Besides moving around, we can also change the tree as a localized operation. For example, let's add an element to the right of our position:
zipper |> Z.down() |> Z.right() |> Z.insert_right(:to_the_right!)
We can see that the atom :to_the_right!
was added to our right siblings. let's now remove it:
zipper |> Z.down() |> Z.right() |> Z.insert_right(:to_the_right!) |> Z.right() |> Z.remove()
A couple interesting things happened. First, the item was removed, we can see it nowhere in the zipper.
Second, the focus moved to the previous element, but inside of the [2, 3]
list. Whenever we remove
an item, the focus is moved to the previous element in depth-first order. It's as if we did a
Macro.postwalk
step, but backwards. Let's look a what happens if we go higher in the tree:
zipper |> Z.down() |> Z.right() |> Z.insert_right(:to_the_right!) |> Z.up()

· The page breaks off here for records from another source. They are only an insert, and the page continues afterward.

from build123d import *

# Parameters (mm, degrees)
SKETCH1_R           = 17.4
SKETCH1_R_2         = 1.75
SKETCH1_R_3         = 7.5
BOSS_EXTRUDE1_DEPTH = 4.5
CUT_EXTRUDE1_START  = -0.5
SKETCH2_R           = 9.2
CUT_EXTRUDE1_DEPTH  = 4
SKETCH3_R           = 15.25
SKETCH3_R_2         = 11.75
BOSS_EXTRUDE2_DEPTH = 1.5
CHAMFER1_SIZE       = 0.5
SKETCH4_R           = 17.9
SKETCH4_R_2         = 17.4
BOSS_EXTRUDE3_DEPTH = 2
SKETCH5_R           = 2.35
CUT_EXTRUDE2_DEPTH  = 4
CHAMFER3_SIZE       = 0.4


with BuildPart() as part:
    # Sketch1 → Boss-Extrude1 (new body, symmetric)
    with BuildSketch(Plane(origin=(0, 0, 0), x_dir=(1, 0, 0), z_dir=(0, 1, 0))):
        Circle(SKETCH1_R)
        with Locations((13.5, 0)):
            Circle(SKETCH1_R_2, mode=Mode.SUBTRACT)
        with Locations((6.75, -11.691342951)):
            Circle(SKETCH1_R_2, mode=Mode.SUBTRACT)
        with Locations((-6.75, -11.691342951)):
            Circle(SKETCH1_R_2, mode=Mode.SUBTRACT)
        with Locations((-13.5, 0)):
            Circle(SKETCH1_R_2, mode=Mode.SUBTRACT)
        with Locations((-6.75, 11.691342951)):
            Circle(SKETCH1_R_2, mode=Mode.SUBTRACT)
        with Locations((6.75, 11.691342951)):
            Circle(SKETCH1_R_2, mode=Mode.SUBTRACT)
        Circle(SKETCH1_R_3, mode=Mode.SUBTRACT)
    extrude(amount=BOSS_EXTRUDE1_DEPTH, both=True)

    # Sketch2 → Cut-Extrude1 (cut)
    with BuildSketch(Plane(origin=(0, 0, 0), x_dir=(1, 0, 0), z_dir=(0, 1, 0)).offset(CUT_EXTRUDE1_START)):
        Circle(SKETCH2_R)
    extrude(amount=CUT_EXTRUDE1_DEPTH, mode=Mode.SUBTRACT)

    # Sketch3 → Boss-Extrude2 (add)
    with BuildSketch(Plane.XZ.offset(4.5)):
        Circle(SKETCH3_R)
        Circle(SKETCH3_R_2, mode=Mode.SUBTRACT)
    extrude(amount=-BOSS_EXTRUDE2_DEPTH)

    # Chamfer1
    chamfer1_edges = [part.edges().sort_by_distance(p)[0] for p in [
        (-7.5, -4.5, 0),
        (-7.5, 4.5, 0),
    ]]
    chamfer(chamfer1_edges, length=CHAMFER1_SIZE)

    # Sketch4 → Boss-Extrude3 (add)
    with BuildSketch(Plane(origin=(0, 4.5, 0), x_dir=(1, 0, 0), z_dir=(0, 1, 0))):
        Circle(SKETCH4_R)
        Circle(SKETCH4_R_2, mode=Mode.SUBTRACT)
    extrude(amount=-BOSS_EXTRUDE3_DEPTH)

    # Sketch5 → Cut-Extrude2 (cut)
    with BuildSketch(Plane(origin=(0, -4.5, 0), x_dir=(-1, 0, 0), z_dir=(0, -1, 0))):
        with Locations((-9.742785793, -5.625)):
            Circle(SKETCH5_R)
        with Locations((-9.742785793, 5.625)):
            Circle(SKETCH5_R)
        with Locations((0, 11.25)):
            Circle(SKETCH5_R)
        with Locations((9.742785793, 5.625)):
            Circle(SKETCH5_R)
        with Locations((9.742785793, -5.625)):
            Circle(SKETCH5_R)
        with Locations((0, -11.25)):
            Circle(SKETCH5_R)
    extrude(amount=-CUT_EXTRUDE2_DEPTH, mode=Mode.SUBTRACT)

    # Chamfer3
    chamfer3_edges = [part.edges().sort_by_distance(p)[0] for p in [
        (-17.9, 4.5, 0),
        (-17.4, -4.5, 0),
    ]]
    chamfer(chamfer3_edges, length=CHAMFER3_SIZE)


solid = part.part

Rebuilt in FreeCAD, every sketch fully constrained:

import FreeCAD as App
import Part
import Sketcher

V = App.Vector


def edges_at(feature, points):
    """Names of the edges that pass closest to the given points."""
    edges = feature.Shape.Edges
    near = lambda p: min(range(len(edges)), key=lambda i: edges[i].distToShape(Part.Vertex(*p))[0])
    return sorted({f"Edge{near(p) + 1}" for p in points})

doc = App.newDocument("Part")
body = doc.addObject("PartDesign::Body", "Body")

sketch1 = body.newObject("Sketcher::SketchObject", "Sketch")
sketch1.AttachmentSupport = (doc.getObject("XZ_Plane"), [""])
sketch1.MapMode = "FlatFace"
sketch1.addGeometry([
    Part.Circle(V(0, 0, 0), V(0, 0, 1), 17.4),
    Part.Circle(V(-6.8, 11.7, 0), V(0, 0, 1), 1.8),
    Part.Circle(V(6.8, 11.7, 0), V(0, 0, 1), 1.8),
    Part.Circle(V(-13.5, 0, 0), V(0, 0, 1), 1.8),
    Part.Circle(V(-6.8, -11.7, 0), V(0, 0, 1), 1.8),
    Part.Circle(V(0, 0, 0), V(0, 0, 1), 7.5),
    Part.Circle(V(13.5, 0, 0), V(0, 0, 1), 1.8),
    Part.Circle(V(6.8, -11.7, 0), V(0, 0, 1), 1.8),
], False)
sketch1.addConstraint([
    Sketcher.Constraint("Coincident", 0, 3, -1, 1),
    Sketcher.Constraint("Coincident", 5, 3, -1, 1),
    Sketcher.Constraint("Equal", 1, 2),
    Sketcher.Constraint("Equal", 2, 3),
    Sketcher.Constraint("Equal", 3, 4),
    Sketcher.Constraint("Equal", 4, 6),
    Sketcher.Constraint("Equal", 6, 7),
    Sketcher.Constraint("Symmetric", 2, 3, 4, 3, -1, 1),
    Sketcher.Constraint("Symmetric", 3, 3, 6, 3, -1, 1),
    Sketcher.Constraint("Symmetric", 1, 3, 7, 3, -1, 1),
    Sketcher.Constraint("Symmetric", 1, 3, 2, 3, -2),
    Sketcher.Constraint("PointOnObject", 3, 3, -1),
    Sketcher.Constraint("Diameter", 5, 15.0),
    Sketcher.Constraint("Diameter", 0, 34.8),
    Sketcher.Constraint("Diameter", 1, 3.5),
    Sketcher.Constraint("DistanceX", 3, 3, -1, 1, 13.5),
    Sketcher.Constraint("DistanceX", 1, 3, 2, 3, 13.5),
    Sketcher.Constraint("DistanceY", -1, 1, 1, 3, 11.691343),
])
pad1 = body.newObject("PartDesign::Pad", "Pad")
pad1.Profile = sketch1
pad1.Length = 9
pad1.Midplane = True

sketch2 = body.newObject("Sketcher::SketchObject", "Sketch001")
sketch2.AttachmentSupport = (doc.getObject("XZ_Plane"), [""])
sketch2.MapMode = "FlatFace"
sketch2.AttachmentOffset = App.Placement(V(0, 0, 0.5), App.Rotation())
sketch2.addGeometry(Part.Circle(V(0, 0, 0), V(0, 0, 1), 9), False)
sketch2.addConstraint([
    Sketcher.Constraint("Coincident", 0, 3, -1, 1),
    Sketcher.Constraint("Diameter", 0, 18.4),
])
pocket1 = body.newObject("PartDesign::Pocket", "Pocket")
pocket1.Profile = sketch2
pocket1.Length = 4

sketch3 = body.newObject("Sketcher::SketchObject", "Sketch002")
sketch3.AttachmentSupport = (doc.getObject("XZ_Plane"), [""])
sketch3.MapMode = "FlatFace"
sketch3.AttachmentOffset = App.Placement(V(0, 0, 4.5), App.Rotation())
sketch3.addGeometry([
    Part.Circle(V(0, 0, 0), V(0, 0, 1), 15),
    Part.Circle(V(0, 0, 0), V(0, 0, 1), 12),
], False)
sketch3.addConstraint([
    Sketcher.Constraint("Coincident", 0, 3, -1, 1),
    Sketcher.Constraint("Coincident", 1, 3, -1, 1),
    Sketcher.Constraint("Diameter", 0, 30.5),
    Sketcher.Constraint("Diameter", 1, 23.5),
])
pad2 = body.newObject("PartDesign::Pad", "Pad001")
pad2.Profile = sketch3
pad2.Length = 1.5
pad2.Reversed = True
doc.recompute()

chamfer = body.newObject("PartDesign::Chamfer", "Chamfer")
chamfer.Base = (pad2, edges_at(pad2, [(-7.5, -4.5, 0), (-7.5, 4.5, 0)]))
chamfer.Size = 0.5

sketch4 = body.newObject("Sketcher::SketchObject", "Sketch003")
sketch4.AttachmentSupport = (doc.getObject("XZ_Plane"), [""])
sketch4.MapMode = "FlatFace"
sketch4.AttachmentOffset = App.Placement(V(0, 0, -4.5), App.Rotation())
sketch4.addGeometry([
    Part.Circle(V(0, 0, 0), V(0, 0, 1), 18),
    Part.Circle(V(0, 0, 0), V(0, 0, 1), 17),
], False)
sketch4.addConstraint([
    Sketcher.Constraint("Coincident", 0, 3, -1, 1),
    Sketcher.Constraint("Coincident", 1, 3, -1, 1),
    Sketcher.Constraint("Diameter", 0, 35.8),
    Sketcher.Constraint("Diameter", 1, 34.8),
])
pad3 = body.newObject("PartDesign::Pad", "Pad002")
pad3.Profile = sketch4
pad3.Length = 2

sketch5 = body.newObject("Sketcher::SketchObject", "Sketch004")
sketch5.AttachmentSupport = (doc.getObject("XZ_Plane"), [""])
sketch5.MapMode = "FlatFace"
sketch5.AttachmentOffset = App.Placement(V(0, 0, 4.5), App.Rotation())
sketch5.addGeometry([
    Part.Circle(V(9.7, 5.6, 0), V(0, 0, 1), 2.4),
    Part.Circle(V(9.7, -5.6, 0), V(0, 0, 1), 2.4),
    Part.Circle(V(0, -11.2, 0), V(0, 0, 1), 2.4),
    Part.Circle(V(-9.7, -5.6, 0), V(0, 0, 1), 2.4),
    Part.Circle(V(-9.7, 5.6, 0), V(0, 0, 1), 2.4),
    Part.Circle(V(0, 11.2, 0), V(0, 0, 1), 2.4),
], False)
sketch5.addConstraint([
    Sketcher.Constraint("Equal", 0, 1),
    Sketcher.Constraint("Equal", 1, 2),
    Sketcher.Constraint("Equal", 2, 3),
    Sketcher.Constraint("Equal", 3, 4),
    Sketcher.Constraint("Equal", 4, 5),
    Sketcher.Constraint("Symmetric", 0, 3, 3, 3, -1, 1),
    Sketcher.Constraint("Symmetric", 1, 3, 4, 3, -1, 1),
    Sketcher.Constraint("Symmetric", 2, 3, 5, 3, -1, 1),
    Sketcher.Constraint("Symmetric", 1, 3, 3, 3, -2),
    Sketcher.Constraint("PointOnObject", 2, 3, -2),
    Sketcher.Constraint("Diameter", 0, 4.7),
    Sketcher.Constraint("DistanceY", 2, 3, 5, 3, 22.5),
    Sketcher.Constraint("DistanceY", 1, 3, 0, 3, 11.25),
    Sketcher.Constraint("DistanceX", 3, 3, 1, 3, 19.485572),
])
pocket2 = body.newObject("PartDesign::Pocket", "Pocket001")
pocket2.Profile = sketch5
pocket2.Length = 4
doc.recompute()

chamfer2 = body.newObject("PartDesign::Chamfer", "Chamfer001")
chamfer2.Base = (pocket2, edges_at(pocket2, [(-17.9, 4.5, 0), (-17.4, -4.5, 0)]))
chamfer2.Size = 0.4

doc.recompute()
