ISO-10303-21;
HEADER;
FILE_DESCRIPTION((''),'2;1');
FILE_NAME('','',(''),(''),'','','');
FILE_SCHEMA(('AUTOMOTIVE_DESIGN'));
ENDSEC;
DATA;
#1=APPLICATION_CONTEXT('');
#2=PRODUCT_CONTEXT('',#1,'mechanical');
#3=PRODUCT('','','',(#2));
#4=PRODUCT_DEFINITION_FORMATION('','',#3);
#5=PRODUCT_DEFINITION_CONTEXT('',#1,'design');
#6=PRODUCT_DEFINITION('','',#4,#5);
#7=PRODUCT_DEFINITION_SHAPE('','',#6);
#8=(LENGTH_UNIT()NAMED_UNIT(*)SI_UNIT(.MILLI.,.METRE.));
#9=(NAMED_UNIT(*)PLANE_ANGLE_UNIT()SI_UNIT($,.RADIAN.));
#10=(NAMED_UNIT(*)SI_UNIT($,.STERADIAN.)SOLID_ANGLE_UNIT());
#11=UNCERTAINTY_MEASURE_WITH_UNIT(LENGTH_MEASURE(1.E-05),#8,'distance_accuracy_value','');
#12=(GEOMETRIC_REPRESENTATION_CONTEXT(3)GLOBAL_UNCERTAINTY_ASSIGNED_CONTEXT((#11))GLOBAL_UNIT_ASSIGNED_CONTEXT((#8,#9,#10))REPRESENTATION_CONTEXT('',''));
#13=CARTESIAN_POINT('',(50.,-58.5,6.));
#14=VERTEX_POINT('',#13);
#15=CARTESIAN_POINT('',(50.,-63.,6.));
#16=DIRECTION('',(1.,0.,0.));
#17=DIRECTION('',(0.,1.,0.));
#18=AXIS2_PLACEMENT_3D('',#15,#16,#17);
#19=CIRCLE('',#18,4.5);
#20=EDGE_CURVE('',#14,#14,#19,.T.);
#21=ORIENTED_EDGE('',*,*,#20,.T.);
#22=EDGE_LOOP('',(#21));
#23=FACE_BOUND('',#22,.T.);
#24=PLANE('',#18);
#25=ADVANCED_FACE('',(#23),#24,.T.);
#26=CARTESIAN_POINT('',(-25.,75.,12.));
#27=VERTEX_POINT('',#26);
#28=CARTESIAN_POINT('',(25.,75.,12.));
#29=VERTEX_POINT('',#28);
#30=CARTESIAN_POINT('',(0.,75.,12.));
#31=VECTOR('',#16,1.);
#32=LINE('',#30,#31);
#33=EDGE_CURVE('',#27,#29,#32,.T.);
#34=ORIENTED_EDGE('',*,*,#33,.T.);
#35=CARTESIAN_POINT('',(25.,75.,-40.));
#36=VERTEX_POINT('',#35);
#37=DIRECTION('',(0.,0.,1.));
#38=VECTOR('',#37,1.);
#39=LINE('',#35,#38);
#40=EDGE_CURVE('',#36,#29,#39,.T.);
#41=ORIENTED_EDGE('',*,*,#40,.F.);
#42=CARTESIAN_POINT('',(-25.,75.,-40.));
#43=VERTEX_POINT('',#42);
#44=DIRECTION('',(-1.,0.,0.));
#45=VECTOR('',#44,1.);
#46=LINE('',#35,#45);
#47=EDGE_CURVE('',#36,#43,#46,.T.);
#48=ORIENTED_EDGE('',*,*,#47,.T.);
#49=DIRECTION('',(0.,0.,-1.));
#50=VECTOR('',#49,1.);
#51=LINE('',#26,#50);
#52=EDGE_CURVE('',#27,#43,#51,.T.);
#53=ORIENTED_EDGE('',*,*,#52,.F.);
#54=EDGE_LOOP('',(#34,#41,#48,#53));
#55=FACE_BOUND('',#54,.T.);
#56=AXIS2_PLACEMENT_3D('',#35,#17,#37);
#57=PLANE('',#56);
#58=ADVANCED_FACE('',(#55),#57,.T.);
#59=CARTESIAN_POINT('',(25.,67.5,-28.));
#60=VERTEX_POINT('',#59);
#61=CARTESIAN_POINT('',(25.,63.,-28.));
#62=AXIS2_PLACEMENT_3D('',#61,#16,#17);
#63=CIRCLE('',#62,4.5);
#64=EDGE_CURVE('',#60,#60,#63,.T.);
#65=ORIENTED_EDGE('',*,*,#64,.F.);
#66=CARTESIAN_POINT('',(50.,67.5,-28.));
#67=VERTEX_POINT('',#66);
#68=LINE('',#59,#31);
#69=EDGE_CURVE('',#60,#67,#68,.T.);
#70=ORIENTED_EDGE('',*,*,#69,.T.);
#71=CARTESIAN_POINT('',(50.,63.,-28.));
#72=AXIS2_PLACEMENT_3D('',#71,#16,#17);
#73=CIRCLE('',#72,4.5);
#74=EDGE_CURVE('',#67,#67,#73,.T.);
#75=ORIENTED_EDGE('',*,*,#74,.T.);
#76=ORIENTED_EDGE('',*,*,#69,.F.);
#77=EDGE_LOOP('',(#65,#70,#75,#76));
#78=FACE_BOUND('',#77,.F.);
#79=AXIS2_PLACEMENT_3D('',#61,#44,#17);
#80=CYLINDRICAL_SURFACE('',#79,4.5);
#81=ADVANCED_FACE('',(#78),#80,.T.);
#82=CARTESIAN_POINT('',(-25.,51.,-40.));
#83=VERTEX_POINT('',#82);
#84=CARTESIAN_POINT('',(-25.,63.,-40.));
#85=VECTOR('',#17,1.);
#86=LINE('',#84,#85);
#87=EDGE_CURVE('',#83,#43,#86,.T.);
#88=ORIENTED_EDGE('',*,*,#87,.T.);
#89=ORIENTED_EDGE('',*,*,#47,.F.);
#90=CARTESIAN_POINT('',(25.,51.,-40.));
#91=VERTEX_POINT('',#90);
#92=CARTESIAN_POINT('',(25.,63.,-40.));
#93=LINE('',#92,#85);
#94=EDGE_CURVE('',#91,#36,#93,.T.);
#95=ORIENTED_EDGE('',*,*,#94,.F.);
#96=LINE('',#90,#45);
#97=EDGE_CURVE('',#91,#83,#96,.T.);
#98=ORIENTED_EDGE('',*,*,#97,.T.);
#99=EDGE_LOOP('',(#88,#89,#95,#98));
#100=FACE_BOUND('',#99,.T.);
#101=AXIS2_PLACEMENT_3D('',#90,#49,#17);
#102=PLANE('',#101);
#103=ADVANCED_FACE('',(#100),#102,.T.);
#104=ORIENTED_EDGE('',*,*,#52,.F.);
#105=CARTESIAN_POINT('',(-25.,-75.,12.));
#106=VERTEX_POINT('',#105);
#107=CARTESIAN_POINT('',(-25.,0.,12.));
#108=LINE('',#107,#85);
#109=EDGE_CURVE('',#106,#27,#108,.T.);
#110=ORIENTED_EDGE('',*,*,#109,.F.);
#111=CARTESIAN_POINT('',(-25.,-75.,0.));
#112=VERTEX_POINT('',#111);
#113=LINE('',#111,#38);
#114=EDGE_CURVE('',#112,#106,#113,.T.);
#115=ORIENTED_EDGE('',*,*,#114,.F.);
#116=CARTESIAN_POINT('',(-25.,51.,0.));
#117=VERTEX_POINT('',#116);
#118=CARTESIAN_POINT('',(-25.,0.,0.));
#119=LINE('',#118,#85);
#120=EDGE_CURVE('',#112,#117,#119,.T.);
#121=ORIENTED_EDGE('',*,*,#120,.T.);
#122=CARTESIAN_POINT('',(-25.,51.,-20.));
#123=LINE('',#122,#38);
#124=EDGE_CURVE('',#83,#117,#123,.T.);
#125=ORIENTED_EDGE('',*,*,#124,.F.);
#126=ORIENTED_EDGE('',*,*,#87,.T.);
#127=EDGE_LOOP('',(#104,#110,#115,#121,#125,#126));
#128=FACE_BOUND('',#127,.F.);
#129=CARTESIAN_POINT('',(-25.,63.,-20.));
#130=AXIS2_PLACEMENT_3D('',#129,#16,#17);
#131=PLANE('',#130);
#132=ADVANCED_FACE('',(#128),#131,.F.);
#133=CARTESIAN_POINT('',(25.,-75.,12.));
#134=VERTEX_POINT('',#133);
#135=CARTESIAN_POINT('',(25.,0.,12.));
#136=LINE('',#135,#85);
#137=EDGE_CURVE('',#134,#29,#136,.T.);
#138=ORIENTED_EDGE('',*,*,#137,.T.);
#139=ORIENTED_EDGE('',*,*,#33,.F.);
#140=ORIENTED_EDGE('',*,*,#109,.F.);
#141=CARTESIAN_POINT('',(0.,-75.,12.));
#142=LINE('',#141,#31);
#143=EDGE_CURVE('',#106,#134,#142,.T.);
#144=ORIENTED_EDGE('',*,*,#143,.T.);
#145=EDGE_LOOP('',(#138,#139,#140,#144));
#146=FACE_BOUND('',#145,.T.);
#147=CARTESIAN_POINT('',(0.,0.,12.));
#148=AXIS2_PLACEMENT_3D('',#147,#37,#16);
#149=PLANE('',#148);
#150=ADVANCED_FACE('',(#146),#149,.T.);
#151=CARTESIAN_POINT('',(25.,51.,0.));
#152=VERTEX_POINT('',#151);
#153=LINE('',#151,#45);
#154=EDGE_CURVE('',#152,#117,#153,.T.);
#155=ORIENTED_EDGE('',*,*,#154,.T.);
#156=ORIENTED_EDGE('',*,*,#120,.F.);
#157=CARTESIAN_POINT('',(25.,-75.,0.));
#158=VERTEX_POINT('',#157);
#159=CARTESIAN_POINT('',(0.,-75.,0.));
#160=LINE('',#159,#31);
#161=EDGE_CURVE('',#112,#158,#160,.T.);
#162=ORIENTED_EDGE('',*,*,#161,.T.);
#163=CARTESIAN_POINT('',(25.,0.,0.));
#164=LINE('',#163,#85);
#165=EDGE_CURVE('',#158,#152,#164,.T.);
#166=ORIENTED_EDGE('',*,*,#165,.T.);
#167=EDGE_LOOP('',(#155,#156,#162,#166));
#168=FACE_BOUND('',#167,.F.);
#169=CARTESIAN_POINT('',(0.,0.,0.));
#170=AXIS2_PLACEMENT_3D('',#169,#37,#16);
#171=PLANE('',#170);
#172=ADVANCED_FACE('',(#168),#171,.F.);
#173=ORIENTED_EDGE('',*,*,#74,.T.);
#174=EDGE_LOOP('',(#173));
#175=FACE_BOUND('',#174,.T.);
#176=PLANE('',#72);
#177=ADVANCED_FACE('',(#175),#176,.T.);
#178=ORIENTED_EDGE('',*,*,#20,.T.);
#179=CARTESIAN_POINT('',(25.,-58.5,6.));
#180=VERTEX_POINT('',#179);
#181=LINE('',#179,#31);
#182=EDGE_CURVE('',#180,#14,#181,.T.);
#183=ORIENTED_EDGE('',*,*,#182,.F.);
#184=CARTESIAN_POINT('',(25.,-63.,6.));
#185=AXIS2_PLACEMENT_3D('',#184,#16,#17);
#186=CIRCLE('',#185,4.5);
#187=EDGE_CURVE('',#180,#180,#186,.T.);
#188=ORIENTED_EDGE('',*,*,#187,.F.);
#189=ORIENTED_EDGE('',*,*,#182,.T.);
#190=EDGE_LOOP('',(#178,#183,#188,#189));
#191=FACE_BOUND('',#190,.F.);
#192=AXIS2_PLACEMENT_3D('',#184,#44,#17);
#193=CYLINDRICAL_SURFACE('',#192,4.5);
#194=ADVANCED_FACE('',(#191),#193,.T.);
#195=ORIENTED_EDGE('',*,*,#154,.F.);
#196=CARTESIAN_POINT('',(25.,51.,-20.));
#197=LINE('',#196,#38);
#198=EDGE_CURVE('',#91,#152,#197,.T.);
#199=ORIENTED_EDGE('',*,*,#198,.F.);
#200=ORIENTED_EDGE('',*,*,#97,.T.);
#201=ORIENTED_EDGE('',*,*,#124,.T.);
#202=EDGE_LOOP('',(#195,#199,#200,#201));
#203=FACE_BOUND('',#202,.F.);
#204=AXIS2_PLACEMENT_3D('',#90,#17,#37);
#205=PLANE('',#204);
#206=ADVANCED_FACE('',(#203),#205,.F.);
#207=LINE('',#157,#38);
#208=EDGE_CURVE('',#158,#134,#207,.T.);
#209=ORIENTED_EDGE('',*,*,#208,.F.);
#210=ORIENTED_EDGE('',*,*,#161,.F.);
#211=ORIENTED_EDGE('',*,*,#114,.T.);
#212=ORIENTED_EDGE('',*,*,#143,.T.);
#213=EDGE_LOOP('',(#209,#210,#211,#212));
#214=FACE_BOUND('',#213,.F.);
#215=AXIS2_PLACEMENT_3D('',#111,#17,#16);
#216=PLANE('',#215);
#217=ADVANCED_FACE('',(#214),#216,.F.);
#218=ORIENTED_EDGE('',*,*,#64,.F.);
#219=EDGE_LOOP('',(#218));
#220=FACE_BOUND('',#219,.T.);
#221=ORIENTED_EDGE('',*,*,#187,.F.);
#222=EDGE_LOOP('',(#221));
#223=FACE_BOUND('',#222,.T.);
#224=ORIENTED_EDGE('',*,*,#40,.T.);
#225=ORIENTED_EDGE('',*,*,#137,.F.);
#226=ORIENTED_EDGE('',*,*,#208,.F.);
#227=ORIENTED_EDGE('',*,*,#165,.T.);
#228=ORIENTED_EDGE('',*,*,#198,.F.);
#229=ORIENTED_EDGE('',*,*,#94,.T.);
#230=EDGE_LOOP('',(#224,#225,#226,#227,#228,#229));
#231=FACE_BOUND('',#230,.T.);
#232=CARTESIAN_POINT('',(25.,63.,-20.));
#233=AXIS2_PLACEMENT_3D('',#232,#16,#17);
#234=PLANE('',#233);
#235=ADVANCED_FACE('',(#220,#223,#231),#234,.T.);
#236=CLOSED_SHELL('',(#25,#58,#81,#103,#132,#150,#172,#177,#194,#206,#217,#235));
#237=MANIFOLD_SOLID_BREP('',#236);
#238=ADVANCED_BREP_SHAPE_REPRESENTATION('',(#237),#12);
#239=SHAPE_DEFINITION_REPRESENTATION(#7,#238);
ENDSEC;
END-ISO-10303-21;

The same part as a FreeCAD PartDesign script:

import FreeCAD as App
import Part
import Sketcher

V = App.Vector

doc = App.newDocument("Part")
body = doc.addObject("PartDesign::Body", "Body")

# Sketch on XY plane
sketch1 = body.newObject("Sketcher::SketchObject", "Sketch")
sketch1.AttachmentSupport = (doc.getObject("XY_Plane"), [""])
sketch1.MapMode = "FlatFace"
sketch1.addGeometry([
    Part.LineSegment(V(-25, 75, 0), V(-25, -75, 0)),
    Part.LineSegment(V(-25, -75, 0), V(25, -75, 0)),
    Part.LineSegment(V(25, -75, 0), V(25, 75, 0)),
    Part.LineSegment(V(25, 75, 0), V(-25, 75, 0)),
], False)
sketch1.addConstraint([
    Sketcher.Constraint("Coincident", 0, 2, 1, 1),
    Sketcher.Constraint("Coincident", 1, 2, 2, 1),
    Sketcher.Constraint("Coincident", 2, 2, 3, 1),
    Sketcher.Constraint("Coincident", 3, 2, 0, 1),
    Sketcher.Constraint("Vertical", 0),
    Sketcher.Constraint("Horizontal", 1),
    Sketcher.Constraint("Vertical", 2),
    Sketcher.Constraint("Horizontal", 3),
    Sketcher.Constraint("Symmetric", 0, 2, 2, 2, -1, 1),
    Sketcher.Constraint("DistanceX", 1, 1, 1, 2, 50.0),
    Sketcher.Constraint("DistanceY", 0, 2, 0, 1, 150.0),
])
pad1 = body.newObject("PartDesign::Pad", "Pad")
pad1.Profile = sketch1
pad1.Length = 12

# Sketch on YZ plane
sketch2 = body.newObject("Sketcher::SketchObject", "Sketch001")
sketch2.AttachmentSupport = (doc.getObject("YZ_Plane"), [""])
sketch2.MapMode = "FlatFace"
sketch2.AttachmentOffset = App.Placement(V(0, 0, 25), App.Rotation())
sketch2.addGeometry([
    Part.LineSegment(V(51, 0, 0), V(51, -40, 0)),
    Part.LineSegment(V(51, -40, 0), V(75, -40, 0)),
    Part.LineSegment(V(75, -40, 0), V(75, 0, 0)),
    Part.LineSegment(V(75, 0, 0), V(51, 0, 0)),
], False)
sketch2.addConstraint([
    Sketcher.Constraint("Coincident", 0, 2, 1, 1),
    Sketcher.Constraint("Coincident", 1, 2, 2, 1),
    Sketcher.Constraint("Coincident", 2, 2, 3, 1),
    Sketcher.Constraint("Coincident", 3, 2, 0, 1),
    Sketcher.Constraint("Vertical", 0),
    Sketcher.Constraint("Horizontal", 1),
    Sketcher.Constraint("Vertical", 2),
    Sketcher.Constraint("Horizontal", 3),
    Sketcher.Constraint("PointOnObject", 2, 2, -1),
    Sketcher.Constraint("DistanceX", 1, 1, 1, 2, 24.0),
    Sketcher.Constraint("DistanceY", 0, 2, 0, 1, 40.0),
    Sketcher.Constraint("DistanceX", -1, 1, 0, 2, 51.0),
])
pad2 = body.newObject("PartDesign::Pad", "Pad001")
pad2.Profile = sketch2
pad2.Length = 50
pad2.Reversed = True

Here instead of removing the added node we went back up. The list was reconstructed and the second
element is now nil
, meaning we reached the top. One way is that when we go down a level, the
tree is deconstructed to adjust to the new focus, ie the zipper is being opened, and when we go up
a level the tree is reconstructed, ie the zipper is being closed.
Now, while it's useful to know how to move up, down, left and right, this only works if we know the
shape of the tree before hand. In the real world, we never know the shape of the tree, and so we use
other kinds of movements to traverse it. For zippers, we have Z.next/1
and Z.prev/1
to move
one step forward or backwards in depth-first pre-order, and Z.traverse/2-3
to perform a depth-first
pre-order traversal while calling a function at each location.
To demonstrate the ability of zippers to look around at the rest of the tree, we will traverse a tree of lists and integers, multiplying each integer by the integer at it's right, or removing it if it's already the rightmost sibling, or the following element is another list:
[1, 2, 3, [4, 5, 6, [7, 8, 9], 10, 11], 12, 13, 14]
|> Z.zip()
|> Z.traverse(fn
{x, _} = zipper when is_integer(x) ->
with {right, _} when is_integer(right) <- Z.right(zipper) do
Z.replace(zipper, x * right)
else
_ -> Z.remove(zipper)
end
zipper ->
zipper
end)
|> Z.node()
The traversal function takes a zipper representing the current position, and must return a new zipper.
When we get back to the top of the tree, the second element will be the atom :end
, signifying that
the traversal ended, preventing subsequent calls to Z.next/1
from going down the tree again. The
Z.node/1
function just extracts the current node from the zipper, so we can look at the final result
instead of a zipper.
That wraps up the introduction to zippers. We'll see them in action in the "Multi alias expansion" livebook, where we use them to simplify the traversal and transformations.